***** Data for processing *****

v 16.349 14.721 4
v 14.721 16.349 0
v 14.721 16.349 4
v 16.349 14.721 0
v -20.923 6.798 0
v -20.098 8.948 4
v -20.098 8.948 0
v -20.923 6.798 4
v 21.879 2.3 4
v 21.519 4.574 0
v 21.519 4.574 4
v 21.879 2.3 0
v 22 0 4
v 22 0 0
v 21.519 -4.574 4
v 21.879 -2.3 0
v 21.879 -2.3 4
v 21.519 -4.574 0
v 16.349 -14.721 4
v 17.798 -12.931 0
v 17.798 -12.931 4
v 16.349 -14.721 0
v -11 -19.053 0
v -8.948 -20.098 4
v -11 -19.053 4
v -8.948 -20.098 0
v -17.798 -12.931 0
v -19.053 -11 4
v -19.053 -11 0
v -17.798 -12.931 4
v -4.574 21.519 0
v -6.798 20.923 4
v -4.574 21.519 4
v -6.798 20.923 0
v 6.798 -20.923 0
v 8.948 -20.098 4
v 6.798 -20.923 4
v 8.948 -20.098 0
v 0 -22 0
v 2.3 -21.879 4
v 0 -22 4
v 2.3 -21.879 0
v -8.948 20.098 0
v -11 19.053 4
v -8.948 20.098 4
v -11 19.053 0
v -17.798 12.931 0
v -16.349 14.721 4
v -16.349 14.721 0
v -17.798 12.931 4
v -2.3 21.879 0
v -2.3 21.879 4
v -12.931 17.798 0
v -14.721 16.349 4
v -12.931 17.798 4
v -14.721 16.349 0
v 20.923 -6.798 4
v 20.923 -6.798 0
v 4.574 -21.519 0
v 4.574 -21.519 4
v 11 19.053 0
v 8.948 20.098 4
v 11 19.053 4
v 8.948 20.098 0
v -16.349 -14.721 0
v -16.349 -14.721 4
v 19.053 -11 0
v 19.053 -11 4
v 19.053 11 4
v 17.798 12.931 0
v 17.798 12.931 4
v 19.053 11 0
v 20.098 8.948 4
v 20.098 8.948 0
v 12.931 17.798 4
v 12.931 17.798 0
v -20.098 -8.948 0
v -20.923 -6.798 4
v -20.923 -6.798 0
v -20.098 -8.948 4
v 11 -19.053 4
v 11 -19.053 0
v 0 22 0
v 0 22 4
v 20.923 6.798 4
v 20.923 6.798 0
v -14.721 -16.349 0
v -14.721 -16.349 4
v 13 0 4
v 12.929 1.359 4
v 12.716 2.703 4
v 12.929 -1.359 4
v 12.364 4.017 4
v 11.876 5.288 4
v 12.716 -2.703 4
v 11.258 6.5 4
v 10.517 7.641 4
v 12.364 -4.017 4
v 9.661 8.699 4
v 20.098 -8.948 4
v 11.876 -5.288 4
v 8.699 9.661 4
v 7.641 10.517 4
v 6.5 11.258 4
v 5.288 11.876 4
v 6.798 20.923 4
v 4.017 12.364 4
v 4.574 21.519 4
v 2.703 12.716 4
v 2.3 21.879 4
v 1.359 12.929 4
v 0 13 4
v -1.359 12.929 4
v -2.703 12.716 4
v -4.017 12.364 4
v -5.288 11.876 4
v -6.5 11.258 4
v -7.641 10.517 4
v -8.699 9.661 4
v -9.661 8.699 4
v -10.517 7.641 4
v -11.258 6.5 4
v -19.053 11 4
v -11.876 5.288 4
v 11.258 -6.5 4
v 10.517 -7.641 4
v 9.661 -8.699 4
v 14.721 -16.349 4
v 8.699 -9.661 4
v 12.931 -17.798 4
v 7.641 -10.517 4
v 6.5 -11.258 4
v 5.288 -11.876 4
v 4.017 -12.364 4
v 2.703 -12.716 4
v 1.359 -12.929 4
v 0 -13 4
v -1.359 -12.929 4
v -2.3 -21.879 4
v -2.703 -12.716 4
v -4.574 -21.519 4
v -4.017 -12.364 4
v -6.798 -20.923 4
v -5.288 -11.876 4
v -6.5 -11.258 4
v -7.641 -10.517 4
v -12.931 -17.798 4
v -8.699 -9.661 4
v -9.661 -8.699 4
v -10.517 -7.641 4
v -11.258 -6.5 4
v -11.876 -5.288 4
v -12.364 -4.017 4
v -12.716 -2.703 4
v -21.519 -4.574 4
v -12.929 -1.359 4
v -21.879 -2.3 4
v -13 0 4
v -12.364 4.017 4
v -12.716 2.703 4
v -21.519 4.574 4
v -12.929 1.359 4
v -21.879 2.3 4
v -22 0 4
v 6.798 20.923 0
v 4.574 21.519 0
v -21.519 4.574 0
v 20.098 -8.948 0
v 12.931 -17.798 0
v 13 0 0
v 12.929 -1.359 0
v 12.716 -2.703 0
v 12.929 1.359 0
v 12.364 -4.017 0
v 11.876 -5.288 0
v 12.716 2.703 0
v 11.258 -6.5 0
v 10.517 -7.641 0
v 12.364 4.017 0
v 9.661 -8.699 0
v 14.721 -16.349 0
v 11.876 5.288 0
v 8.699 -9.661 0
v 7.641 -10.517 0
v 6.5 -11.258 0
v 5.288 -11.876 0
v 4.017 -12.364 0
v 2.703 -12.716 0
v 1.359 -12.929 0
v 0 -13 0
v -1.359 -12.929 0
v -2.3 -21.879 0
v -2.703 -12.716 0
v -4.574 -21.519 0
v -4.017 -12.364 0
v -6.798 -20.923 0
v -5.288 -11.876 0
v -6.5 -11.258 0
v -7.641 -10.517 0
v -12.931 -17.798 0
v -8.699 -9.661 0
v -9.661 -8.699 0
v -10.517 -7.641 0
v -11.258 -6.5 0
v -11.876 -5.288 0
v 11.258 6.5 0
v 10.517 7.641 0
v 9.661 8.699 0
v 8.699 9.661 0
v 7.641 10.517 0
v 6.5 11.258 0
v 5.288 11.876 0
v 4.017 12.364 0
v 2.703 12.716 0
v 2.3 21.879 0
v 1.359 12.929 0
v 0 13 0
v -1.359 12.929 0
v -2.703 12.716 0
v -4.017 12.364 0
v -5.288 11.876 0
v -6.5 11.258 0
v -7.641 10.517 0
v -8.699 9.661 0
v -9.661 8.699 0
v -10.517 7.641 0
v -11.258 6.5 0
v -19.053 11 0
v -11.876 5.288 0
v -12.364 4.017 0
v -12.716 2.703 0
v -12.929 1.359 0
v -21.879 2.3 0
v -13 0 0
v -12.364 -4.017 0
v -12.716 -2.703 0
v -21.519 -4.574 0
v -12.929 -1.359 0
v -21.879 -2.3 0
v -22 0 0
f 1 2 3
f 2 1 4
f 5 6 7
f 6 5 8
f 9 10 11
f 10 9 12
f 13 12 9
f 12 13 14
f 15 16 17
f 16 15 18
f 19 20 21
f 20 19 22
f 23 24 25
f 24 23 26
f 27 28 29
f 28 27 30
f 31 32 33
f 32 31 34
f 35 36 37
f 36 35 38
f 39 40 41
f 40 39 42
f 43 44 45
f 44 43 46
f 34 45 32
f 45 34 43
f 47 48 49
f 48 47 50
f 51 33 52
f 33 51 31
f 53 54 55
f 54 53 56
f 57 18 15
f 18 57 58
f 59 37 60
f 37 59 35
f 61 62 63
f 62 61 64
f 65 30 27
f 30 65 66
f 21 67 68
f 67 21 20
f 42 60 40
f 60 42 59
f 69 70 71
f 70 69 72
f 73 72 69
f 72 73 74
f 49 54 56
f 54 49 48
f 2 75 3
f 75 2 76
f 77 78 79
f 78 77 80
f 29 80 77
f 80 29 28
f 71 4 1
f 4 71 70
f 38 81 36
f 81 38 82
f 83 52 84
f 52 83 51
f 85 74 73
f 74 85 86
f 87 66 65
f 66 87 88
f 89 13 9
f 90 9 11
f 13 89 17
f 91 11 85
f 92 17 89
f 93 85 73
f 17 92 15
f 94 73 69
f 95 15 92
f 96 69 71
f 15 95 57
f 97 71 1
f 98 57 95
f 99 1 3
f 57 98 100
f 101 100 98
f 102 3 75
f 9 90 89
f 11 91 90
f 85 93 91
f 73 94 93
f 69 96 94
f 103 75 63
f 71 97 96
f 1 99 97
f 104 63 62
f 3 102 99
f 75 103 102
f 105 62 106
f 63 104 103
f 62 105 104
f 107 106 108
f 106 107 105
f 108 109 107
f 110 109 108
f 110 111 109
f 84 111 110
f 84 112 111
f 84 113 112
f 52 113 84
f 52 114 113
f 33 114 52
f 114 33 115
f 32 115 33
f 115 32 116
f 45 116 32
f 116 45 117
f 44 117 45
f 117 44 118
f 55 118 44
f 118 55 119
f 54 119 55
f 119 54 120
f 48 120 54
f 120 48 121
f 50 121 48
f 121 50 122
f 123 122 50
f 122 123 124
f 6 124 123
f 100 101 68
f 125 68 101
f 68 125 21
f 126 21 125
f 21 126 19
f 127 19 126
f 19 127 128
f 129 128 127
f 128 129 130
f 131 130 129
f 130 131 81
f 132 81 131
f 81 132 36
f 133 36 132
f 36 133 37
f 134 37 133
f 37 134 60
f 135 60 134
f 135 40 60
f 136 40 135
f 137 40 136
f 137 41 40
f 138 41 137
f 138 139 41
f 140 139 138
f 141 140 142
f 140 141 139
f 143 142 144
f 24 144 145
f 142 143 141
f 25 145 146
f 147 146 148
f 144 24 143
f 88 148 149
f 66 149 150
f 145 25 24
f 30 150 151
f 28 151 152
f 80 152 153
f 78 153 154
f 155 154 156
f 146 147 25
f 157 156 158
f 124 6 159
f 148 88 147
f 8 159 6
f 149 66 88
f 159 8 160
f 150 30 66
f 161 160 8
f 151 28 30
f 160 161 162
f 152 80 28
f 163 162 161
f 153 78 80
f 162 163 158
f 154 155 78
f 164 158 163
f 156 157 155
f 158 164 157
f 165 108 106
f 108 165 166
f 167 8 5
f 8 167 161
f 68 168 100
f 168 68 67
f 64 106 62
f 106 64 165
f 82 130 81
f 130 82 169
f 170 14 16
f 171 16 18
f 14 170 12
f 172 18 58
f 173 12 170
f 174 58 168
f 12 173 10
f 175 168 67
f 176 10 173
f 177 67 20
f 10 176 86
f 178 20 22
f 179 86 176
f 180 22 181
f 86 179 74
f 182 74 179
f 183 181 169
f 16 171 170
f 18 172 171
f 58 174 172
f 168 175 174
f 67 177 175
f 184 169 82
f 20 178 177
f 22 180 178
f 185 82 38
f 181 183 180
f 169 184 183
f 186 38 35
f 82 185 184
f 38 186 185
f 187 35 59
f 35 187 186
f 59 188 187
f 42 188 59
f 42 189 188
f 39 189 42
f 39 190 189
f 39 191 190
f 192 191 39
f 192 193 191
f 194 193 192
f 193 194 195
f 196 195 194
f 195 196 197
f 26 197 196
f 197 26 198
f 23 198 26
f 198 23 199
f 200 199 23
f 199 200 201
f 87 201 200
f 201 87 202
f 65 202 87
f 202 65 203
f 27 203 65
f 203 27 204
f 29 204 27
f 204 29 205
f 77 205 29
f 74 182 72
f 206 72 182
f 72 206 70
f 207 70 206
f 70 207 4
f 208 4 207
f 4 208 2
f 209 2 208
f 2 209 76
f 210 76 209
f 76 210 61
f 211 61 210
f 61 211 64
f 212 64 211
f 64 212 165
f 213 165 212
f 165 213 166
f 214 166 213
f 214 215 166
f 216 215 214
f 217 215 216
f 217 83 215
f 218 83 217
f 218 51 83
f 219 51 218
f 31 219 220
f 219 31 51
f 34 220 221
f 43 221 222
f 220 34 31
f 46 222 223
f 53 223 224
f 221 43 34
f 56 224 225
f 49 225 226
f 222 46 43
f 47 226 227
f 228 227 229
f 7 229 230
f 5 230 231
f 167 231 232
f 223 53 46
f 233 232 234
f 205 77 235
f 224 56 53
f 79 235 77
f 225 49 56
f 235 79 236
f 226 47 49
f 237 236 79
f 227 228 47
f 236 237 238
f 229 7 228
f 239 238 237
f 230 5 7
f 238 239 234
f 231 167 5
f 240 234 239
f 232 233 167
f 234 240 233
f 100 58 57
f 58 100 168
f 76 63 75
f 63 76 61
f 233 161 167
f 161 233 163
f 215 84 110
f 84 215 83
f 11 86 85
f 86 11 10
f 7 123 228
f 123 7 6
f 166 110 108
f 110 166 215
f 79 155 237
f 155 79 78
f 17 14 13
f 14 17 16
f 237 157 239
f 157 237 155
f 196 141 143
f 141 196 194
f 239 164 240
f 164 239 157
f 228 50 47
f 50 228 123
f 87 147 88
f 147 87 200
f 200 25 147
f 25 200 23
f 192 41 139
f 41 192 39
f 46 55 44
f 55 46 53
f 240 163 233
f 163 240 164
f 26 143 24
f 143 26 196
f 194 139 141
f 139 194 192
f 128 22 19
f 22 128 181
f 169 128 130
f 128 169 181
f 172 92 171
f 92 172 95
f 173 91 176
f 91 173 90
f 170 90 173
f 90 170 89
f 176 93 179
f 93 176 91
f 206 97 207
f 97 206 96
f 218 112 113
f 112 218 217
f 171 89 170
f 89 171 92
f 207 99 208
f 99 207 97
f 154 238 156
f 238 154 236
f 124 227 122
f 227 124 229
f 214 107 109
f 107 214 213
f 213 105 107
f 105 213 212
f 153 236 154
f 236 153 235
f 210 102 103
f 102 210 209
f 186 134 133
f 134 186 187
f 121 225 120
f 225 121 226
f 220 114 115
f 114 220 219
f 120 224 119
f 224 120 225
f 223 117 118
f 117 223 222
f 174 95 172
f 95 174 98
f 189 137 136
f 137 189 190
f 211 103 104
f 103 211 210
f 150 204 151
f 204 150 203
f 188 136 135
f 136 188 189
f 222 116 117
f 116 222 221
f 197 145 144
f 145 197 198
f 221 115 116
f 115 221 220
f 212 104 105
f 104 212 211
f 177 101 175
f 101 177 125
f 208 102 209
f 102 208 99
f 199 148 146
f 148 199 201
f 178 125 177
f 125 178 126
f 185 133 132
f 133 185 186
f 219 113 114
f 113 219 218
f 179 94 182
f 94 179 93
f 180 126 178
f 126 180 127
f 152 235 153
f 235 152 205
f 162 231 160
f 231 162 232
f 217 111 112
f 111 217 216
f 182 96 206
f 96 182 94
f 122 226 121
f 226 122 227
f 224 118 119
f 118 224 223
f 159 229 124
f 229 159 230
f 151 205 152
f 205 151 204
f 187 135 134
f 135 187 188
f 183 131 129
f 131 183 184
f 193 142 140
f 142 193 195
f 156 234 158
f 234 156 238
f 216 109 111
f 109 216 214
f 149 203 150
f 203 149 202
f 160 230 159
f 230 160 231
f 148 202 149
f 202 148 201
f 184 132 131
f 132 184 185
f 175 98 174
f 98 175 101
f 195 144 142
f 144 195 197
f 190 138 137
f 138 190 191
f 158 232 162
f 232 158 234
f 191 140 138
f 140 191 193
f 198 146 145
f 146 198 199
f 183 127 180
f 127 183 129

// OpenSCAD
// Flat metric washer.
$fn = 60;
eps = 0.02;
inner_d = 26;
outer_d = 44;
thickness = 4;
difference() {
    cylinder(d = outer_d, h = thickness);
    translate([0, 0, -eps]) cylinder(d = inner_d, h = thickness + 2 * eps);
}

*****

In the listing above, find the line containing "f 189 137 136" and the line containing "f 125 178 126", then repeat those two lines and everything between them exactly.

## Solution for this task
f 189 137 136
f 137 189 190
f 211 103 104
f 103 211 210
f 150 204 151
f 204 150 203
f 188 136 135
f 136 188 189
f 222 116 117
f 116 222 221
f 197 145 144
f 145 197 198
f 221 115 116
f 115 221 220
f 212 104 105
f 104 212 211
f 177 101 175
f 101 177 125
f 208 102 209
f 102 208 99
f 199 148 146
f 148 199 201
f 178 125 177
f 125 178 126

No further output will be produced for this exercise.